Abdullah Shafique Ahmad, Zahoor Ahmad Shah and Sylvain Dore

Background: Arginase (Arg), one of the enzymes involved in the urea cycle, provides an essential route for the disposal of excess nitrogen resulting from amino acid and nucleotide metabolism. Two reported subtypes of Arg (ArgI and II) compete with nitric oxide synthase (NOS) to use L-arginine as a substrate, and subsequently regulate NOS activity. It has been reported that Arg has significant effects on circulation that suggest the potential role of this enzyme in regulating vascular function. However, the role of Arg following brain damage has not been elucidated. In this study, we hypothesize that the deletion of ArgII will lead to aggravated brain injury following cerebral ischemia and excitotoxicity.

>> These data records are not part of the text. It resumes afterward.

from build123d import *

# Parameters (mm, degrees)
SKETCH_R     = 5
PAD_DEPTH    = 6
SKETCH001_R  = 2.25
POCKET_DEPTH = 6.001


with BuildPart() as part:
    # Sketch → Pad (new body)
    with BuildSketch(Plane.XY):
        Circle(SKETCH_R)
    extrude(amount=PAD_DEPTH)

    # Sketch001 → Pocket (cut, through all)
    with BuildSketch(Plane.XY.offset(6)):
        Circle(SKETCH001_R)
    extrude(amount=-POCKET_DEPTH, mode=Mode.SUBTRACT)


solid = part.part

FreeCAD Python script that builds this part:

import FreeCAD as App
import Part
import Sketcher
Q = App.Units.Quantity

doc = App.newDocument("Part")
params = doc.addObject("Spreadsheet::Sheet", "Params")
for row, (alias, value) in enumerate([
    ("sketch1_diameter", "10 mm"),
    ("pad1_length", "6 mm"),
    ("sketch2_diameter", "4.5 mm"),
], start=1):
    params.set(f"A{row}", alias)
    params.set(f"B{row}", "=" + value)
    params.setAlias(f"B{row}", alias)

body = doc.addObject("PartDesign::Body", "Body")

sketch1 = body.newObject("Sketcher::SketchObject", "Sketch")
sketch1.AttachmentSupport = (doc.getObject("XY_Plane"), [""])
sketch1.MapMode = "FlatFace"
sketch1.addGeometry(Part.Circle(App.Vector(0, 0, 0), App.Vector(0, 0, 1), 5), False)
sketch1.addConstraint(Sketcher.Constraint("Coincident", 0, 3, -1, 1))
sketch1.addConstraint(Sketcher.Constraint("Diameter", 0, Q("10 mm")))
sketch1.setExpression("Constraints[1]", "Params.sketch1_diameter")
pad1 = body.newObject("PartDesign::Pad", "Pad")
pad1.Profile = sketch1
pad1.setExpression("Length", "Params.pad1_length")

sketch2 = body.newObject("Sketcher::SketchObject", "Sketch001")
sketch2.AttachmentSupport = (doc.getObject("XY_Plane"), [""])
sketch2.MapMode = "FlatFace"
sketch2.AttachmentOffset = App.Placement(App.Vector(0, 0, 6), App.Rotation())
sketch2.addGeometry(Part.Circle(App.Vector(0, 0, 0), App.Vector(0, 0, 1), 2.25), False)
sketch2.addConstraint(Sketcher.Constraint("Coincident", 0, 3, -1, 1))
sketch2.addConstraint(Sketcher.Constraint("Diameter", 0, Q("4.5 mm")))
sketch2.setExpression("Constraints[1]", "Params.sketch2_diameter")
pocket1 = body.newObject("PartDesign::Pocket", "Pocket")
pocket1.Profile = sketch2
pocket1.Type = "ThroughAll"

doc.recompute()
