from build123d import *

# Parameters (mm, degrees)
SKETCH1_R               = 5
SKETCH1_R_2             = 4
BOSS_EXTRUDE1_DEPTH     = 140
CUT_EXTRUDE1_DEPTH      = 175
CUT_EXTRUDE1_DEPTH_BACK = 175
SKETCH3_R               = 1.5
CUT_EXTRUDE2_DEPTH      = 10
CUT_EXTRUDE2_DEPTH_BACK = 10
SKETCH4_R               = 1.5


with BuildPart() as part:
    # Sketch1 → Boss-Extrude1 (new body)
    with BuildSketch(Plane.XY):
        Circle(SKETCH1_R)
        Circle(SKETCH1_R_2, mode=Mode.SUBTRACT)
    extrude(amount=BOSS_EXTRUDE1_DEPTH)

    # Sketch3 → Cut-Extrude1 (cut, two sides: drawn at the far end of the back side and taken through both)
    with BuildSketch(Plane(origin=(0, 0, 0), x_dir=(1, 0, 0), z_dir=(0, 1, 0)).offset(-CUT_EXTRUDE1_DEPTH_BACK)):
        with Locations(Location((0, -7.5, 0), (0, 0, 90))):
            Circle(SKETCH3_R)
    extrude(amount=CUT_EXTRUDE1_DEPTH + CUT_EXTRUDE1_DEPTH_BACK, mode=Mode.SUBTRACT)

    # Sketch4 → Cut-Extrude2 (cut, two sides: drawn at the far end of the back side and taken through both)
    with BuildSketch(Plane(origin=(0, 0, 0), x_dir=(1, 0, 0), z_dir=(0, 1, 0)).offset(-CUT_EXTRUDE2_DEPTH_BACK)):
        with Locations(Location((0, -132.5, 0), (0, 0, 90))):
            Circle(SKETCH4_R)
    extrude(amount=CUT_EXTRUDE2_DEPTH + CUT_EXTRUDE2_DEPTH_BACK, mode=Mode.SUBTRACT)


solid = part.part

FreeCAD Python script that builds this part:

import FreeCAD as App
import Part
import Sketcher

V = App.Vector
Q = App.Units.Quantity

doc = App.newDocument("Part")
body = doc.addObject("PartDesign::Body", "Body")

# Sketch on XY plane
sketch1 = body.newObject("Sketcher::SketchObject", "Sketch")
sketch1.AttachmentSupport = (doc.getObject("XY_Plane"), [""])
sketch1.MapMode = "FlatFace"
sketch1.addGeometry([
    Part.Circle(V(0, 0, 0), V(0, 0, 1), 5),
    Part.Circle(V(0, 0, 0), V(0, 0, 1), 4),
], False)
sketch1.addConstraint([
    Sketcher.Constraint("Coincident", 0, 3, -1, 1),
    Sketcher.Constraint("Coincident", 1, 3, -1, 1),
    Sketcher.Constraint("Diameter", 0, Q("10 mm")),
    Sketcher.Constraint("Diameter", 1, Q("8 mm")),
])
pad1 = body.newObject("PartDesign::Pad", "Pad")
pad1.Profile = sketch1
pad1.Length = 140

# Sketch on XZ plane
sketch2 = body.newObject("Sketcher::SketchObject", "Sketch001")
sketch2.AttachmentSupport = (doc.getObject("XZ_Plane"), [""])
sketch2.MapMode = "FlatFace"
sketch2.addGeometry(Part.Circle(V(0, 7.5, 0), V(0, 0, 1), 1.5), False)
sketch2.addConstraint([
    Sketcher.Constraint("PointOnObject", 0, 3, -2),
    Sketcher.Constraint("Diameter", 0, Q("3 mm")),
    Sketcher.Constraint("DistanceY", -1, 1, 0, 3, Q("7.5 mm")),
])
pocket1 = body.newObject("PartDesign::Pocket", "Pocket")
pocket1.Profile = sketch2
pocket1.Type = "ThroughAll"
pocket1.Midplane = True

# Sketch on XZ plane
sketch3 = body.newObject("Sketcher::SketchObject", "Sketch002")
sketch3.AttachmentSupport = (doc.getObject("XZ_Plane"), [""])
sketch3.MapMode = "FlatFace"
sketch3.addGeometry(Part.Circle(V(0, 132.5, 0), V(0, 0, 1), 1.5), False)
sketch3.addConstraint([
    Sketcher.Constraint("PointOnObject", 0, 3, -2),
    Sketcher.Constraint("Diameter", 0, Q("3 mm")),
    Sketcher.Constraint("DistanceY", -1, 1, 0, 3, Q("132.5 mm")),
])
pocket2 = body.newObject("PartDesign::Pocket", "Pocket001")
pocket2.Profile = sketch3
pocket2.Type = "ThroughAll"
pocket2.Midplane = True

doc.recompute()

Methods and findings: To test our hypothesis, male C57BL/6 wildtype (WT) and ArgII-/- mice were subjected to permanent distal middle cerebral artery occlusion and survived for 7 d. Cerebral blood flow (CBF) data revealed a statistically non-significant decrease in CBF in ArgII-/- mice. However, ArgII-/- mice had significantly higher neurologic deficit scores (NDS) and brain infarctions. The hypothesis was further tested in a more specific N-methyl-Daspartate (NMDA)-induced acute excitotoxic model. WT and ArgII-/- mice were given a single intrastriatal injection of 15 nmol NMDA. Forty-eight hours later, the excitotoxic brain damage was significantly worse in ArgII-/- mice. The data from both models confirm the neuroprotective effect of ArgII.

Conclusion: Therefore, targeting ArgII could be considered into an integrative part of a multi-modal approach to fight acute brain damage excitotoxicity, ischemic brain injury and other forms of brain trauma.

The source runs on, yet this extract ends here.